Work task -
From the first line onward, reproduce the records exactly; the final line to include is the one holding "v -2.079 1.389 16.5".

------------------------------

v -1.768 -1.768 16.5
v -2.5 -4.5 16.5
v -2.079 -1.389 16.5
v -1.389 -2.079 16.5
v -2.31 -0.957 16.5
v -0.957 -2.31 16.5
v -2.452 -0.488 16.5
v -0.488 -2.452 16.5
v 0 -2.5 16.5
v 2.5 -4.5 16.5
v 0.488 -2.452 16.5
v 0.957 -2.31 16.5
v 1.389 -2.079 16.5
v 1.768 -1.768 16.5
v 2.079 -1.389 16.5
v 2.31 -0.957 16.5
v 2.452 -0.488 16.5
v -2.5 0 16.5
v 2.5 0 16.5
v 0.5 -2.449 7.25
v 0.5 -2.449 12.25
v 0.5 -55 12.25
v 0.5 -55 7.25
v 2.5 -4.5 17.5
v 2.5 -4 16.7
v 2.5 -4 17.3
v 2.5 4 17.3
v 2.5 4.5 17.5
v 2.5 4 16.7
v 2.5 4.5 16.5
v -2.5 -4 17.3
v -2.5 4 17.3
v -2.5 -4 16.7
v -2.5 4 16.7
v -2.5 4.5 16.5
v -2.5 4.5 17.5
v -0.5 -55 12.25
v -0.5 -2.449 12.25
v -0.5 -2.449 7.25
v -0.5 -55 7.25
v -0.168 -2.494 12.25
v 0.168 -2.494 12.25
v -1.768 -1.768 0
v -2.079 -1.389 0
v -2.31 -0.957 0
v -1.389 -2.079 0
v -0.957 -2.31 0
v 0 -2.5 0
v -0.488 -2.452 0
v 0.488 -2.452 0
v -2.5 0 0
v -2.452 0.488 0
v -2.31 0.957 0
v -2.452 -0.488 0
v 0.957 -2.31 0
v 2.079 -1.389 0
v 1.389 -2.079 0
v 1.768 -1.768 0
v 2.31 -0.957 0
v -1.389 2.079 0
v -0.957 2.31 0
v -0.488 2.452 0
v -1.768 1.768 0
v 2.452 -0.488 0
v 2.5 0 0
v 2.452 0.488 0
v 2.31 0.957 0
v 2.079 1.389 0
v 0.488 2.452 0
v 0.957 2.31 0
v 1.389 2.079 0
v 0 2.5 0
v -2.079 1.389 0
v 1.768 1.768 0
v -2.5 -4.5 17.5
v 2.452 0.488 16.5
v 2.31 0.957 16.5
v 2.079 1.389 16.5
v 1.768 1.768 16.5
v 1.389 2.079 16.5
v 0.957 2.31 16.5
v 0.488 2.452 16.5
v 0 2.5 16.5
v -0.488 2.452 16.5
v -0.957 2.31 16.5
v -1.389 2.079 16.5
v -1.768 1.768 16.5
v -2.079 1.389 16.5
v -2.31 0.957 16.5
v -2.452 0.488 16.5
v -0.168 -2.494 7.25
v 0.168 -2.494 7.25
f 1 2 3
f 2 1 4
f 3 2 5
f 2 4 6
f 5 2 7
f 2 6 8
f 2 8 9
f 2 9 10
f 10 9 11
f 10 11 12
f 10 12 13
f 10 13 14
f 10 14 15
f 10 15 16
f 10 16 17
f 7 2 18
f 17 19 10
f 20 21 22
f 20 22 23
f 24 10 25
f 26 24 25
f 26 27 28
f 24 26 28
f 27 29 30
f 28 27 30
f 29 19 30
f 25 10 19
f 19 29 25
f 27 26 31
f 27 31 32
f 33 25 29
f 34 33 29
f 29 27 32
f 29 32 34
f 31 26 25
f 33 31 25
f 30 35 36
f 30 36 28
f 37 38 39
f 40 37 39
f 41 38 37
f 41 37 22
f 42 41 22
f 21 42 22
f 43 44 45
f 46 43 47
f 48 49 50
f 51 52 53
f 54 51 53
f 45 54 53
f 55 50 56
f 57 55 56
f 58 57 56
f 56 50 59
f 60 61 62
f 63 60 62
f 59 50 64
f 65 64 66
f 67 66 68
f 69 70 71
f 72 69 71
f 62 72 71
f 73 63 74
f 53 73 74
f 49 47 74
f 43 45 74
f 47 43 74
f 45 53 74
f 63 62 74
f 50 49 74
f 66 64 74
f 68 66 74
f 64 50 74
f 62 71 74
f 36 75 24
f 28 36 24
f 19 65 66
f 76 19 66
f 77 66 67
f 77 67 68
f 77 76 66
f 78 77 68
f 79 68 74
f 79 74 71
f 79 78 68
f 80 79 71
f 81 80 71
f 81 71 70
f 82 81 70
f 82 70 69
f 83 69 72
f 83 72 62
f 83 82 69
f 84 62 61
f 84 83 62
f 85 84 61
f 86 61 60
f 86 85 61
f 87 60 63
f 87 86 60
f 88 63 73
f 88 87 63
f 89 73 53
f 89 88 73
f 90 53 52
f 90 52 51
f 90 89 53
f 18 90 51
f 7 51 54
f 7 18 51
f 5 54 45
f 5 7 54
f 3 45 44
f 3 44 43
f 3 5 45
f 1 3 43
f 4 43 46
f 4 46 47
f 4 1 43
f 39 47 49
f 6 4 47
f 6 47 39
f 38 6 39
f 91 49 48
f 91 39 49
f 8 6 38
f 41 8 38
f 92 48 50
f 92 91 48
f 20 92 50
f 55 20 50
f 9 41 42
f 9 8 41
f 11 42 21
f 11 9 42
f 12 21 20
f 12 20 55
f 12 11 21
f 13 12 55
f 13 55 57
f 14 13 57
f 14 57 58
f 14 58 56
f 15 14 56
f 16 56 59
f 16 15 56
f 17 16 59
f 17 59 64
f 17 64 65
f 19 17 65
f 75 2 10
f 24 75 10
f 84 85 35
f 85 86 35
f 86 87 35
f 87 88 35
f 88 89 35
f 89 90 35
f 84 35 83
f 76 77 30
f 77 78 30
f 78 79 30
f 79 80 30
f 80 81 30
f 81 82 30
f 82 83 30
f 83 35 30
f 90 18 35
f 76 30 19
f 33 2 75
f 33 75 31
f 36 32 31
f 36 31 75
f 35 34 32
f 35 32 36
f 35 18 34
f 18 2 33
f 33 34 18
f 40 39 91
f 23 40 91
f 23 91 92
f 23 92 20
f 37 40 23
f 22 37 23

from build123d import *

# Parameters (mm, degrees)
SKETCH2_R               = 2.5
SKETCH3_R               = 2.5
SKETCH4_W               = 1
SKETCH4_H               = 5
BOSS_EXTRUDE1_DEPTH     = 55
SKETCH3_7_W             = 5
SKETCH3_7_H             = 9
BOSS_EXTRUDE4_DEPTH     = 1
CUT_EXTRUDE2_DEPTH      = 58.93315114
CUT_EXTRUDE2_DEPTH_BACK = 58.93315114
SKETCH8_W               = 0.6
SKETCH8_H               = 8


with BuildPart() as part:
    # Sketch2 → Loft1 section 0
    with BuildSketch(Plane.XY):
        Circle(SKETCH2_R)
    # Sketch3 → Loft1 section 1
    with BuildSketch(Plane.XY.offset(16.5)):
        Circle(SKETCH3_R)
    loft()

    # Sketch4 → Boss-Extrude1 (add)
    with BuildSketch(Plane(origin=(0, 0, 0), x_dir=(1, 0, 0), z_dir=(0, 1, 0))):
        with Locations((0, -9.75)):
            Rectangle(SKETCH4_W, SKETCH4_H)
    extrude(amount=-BOSS_EXTRUDE1_DEPTH)

    # Sketch3<7> → Boss-Extrude4 (add)
    with BuildSketch(Plane.XY.offset(16.5)):
        Rectangle(SKETCH3_7_W, SKETCH3_7_H)
    extrude(amount=BOSS_EXTRUDE4_DEPTH)

    # Sketch8 → Cut-Extrude2 (cut, two sides: drawn at the far end of the back side and taken through both)
    with BuildSketch(Plane(origin=(2.5, 0, 0), x_dir=(0, 0, -1), z_dir=(1, 0, 0)).offset(-CUT_EXTRUDE2_DEPTH_BACK)):
        with Locations((-17, 0)):
            Rectangle(SKETCH8_W, SKETCH8_H)
    extrude(amount=CUT_EXTRUDE2_DEPTH + CUT_EXTRUDE2_DEPTH_BACK, mode=Mode.SUBTRACT)


solid = part.part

------------------------------

Finished task -
v -1.768 -1.768 16.5
v -2.5 -4.5 16.5
v -2.079 -1.389 16.5
v -1.389 -2.079 16.5
v -2.31 -0.957 16.5
v -0.957 -2.31 16.5
v -2.452 -0.488 16.5
v -0.488 -2.452 16.5
v 0 -2.5 16.5
v 2.5 -4.5 16.5
v 0.488 -2.452 16.5
v 0.957 -2.31 16.5
v 1.389 -2.079 16.5
v 1.768 -1.768 16.5
v 2.079 -1.389 16.5
v 2.31 -0.957 16.5
v 2.452 -0.488 16.5
v -2.5 0 16.5
v 2.5 0 16.5
v 0.5 -2.449 7.25
v 0.5 -2.449 12.25
v 0.5 -55 12.25
v 0.5 -55 7.25
v 2.5 -4.5 17.5
v 2.5 -4 16.7
v 2.5 -4 17.3
v 2.5 4 17.3
v 2.5 4.5 17.5
v 2.5 4 16.7
v 2.5 4.5 16.5
v -2.5 -4 17.3
v -2.5 4 17.3
v -2.5 -4 16.7
v -2.5 4 16.7
v -2.5 4.5 16.5
v -2.5 4.5 17.5
v -0.5 -55 12.25
v -0.5 -2.449 12.25
v -0.5 -2.449 7.25
v -0.5 -55 7.25
v -0.168 -2.494 12.25
v 0.168 -2.494 12.25
v -1.768 -1.768 0
v -2.079 -1.389 0
v -2.31 -0.957 0
v -1.389 -2.079 0
v -0.957 -2.31 0
v 0 -2.5 0
v -0.488 -2.452 0
v 0.488 -2.452 0
v -2.5 0 0
v -2.452 0.488 0
v -2.31 0.957 0
v -2.452 -0.488 0
v 0.957 -2.31 0
v 2.079 -1.389 0
v 1.389 -2.079 0
v 1.768 -1.768 0
v 2.31 -0.957 0
v -1.389 2.079 0
v -0.957 2.31 0
v -0.488 2.452 0
v -1.768 1.768 0
v 2.452 -0.488 0
v 2.5 0 0
v 2.452 0.488 0
v 2.31 0.957 0
v 2.079 1.389 0
v 0.488 2.452 0
v 0.957 2.31 0
v 1.389 2.079 0
v 0 2.5 0
v -2.079 1.389 0
v 1.768 1.768 0
v -2.5 -4.5 17.5
v 2.452 0.488 16.5
v 2.31 0.957 16.5
v 2.079 1.389 16.5
v 1.768 1.768 16.5
v 1.389 2.079 16.5
v 0.957 2.31 16.5
v 0.488 2.452 16.5
v 0 2.5 16.5
v -0.488 2.452 16.5
v -0.957 2.31 16.5
v -1.389 2.079 16.5
v -1.768 1.768 16.5
v -2.079 1.389 16.5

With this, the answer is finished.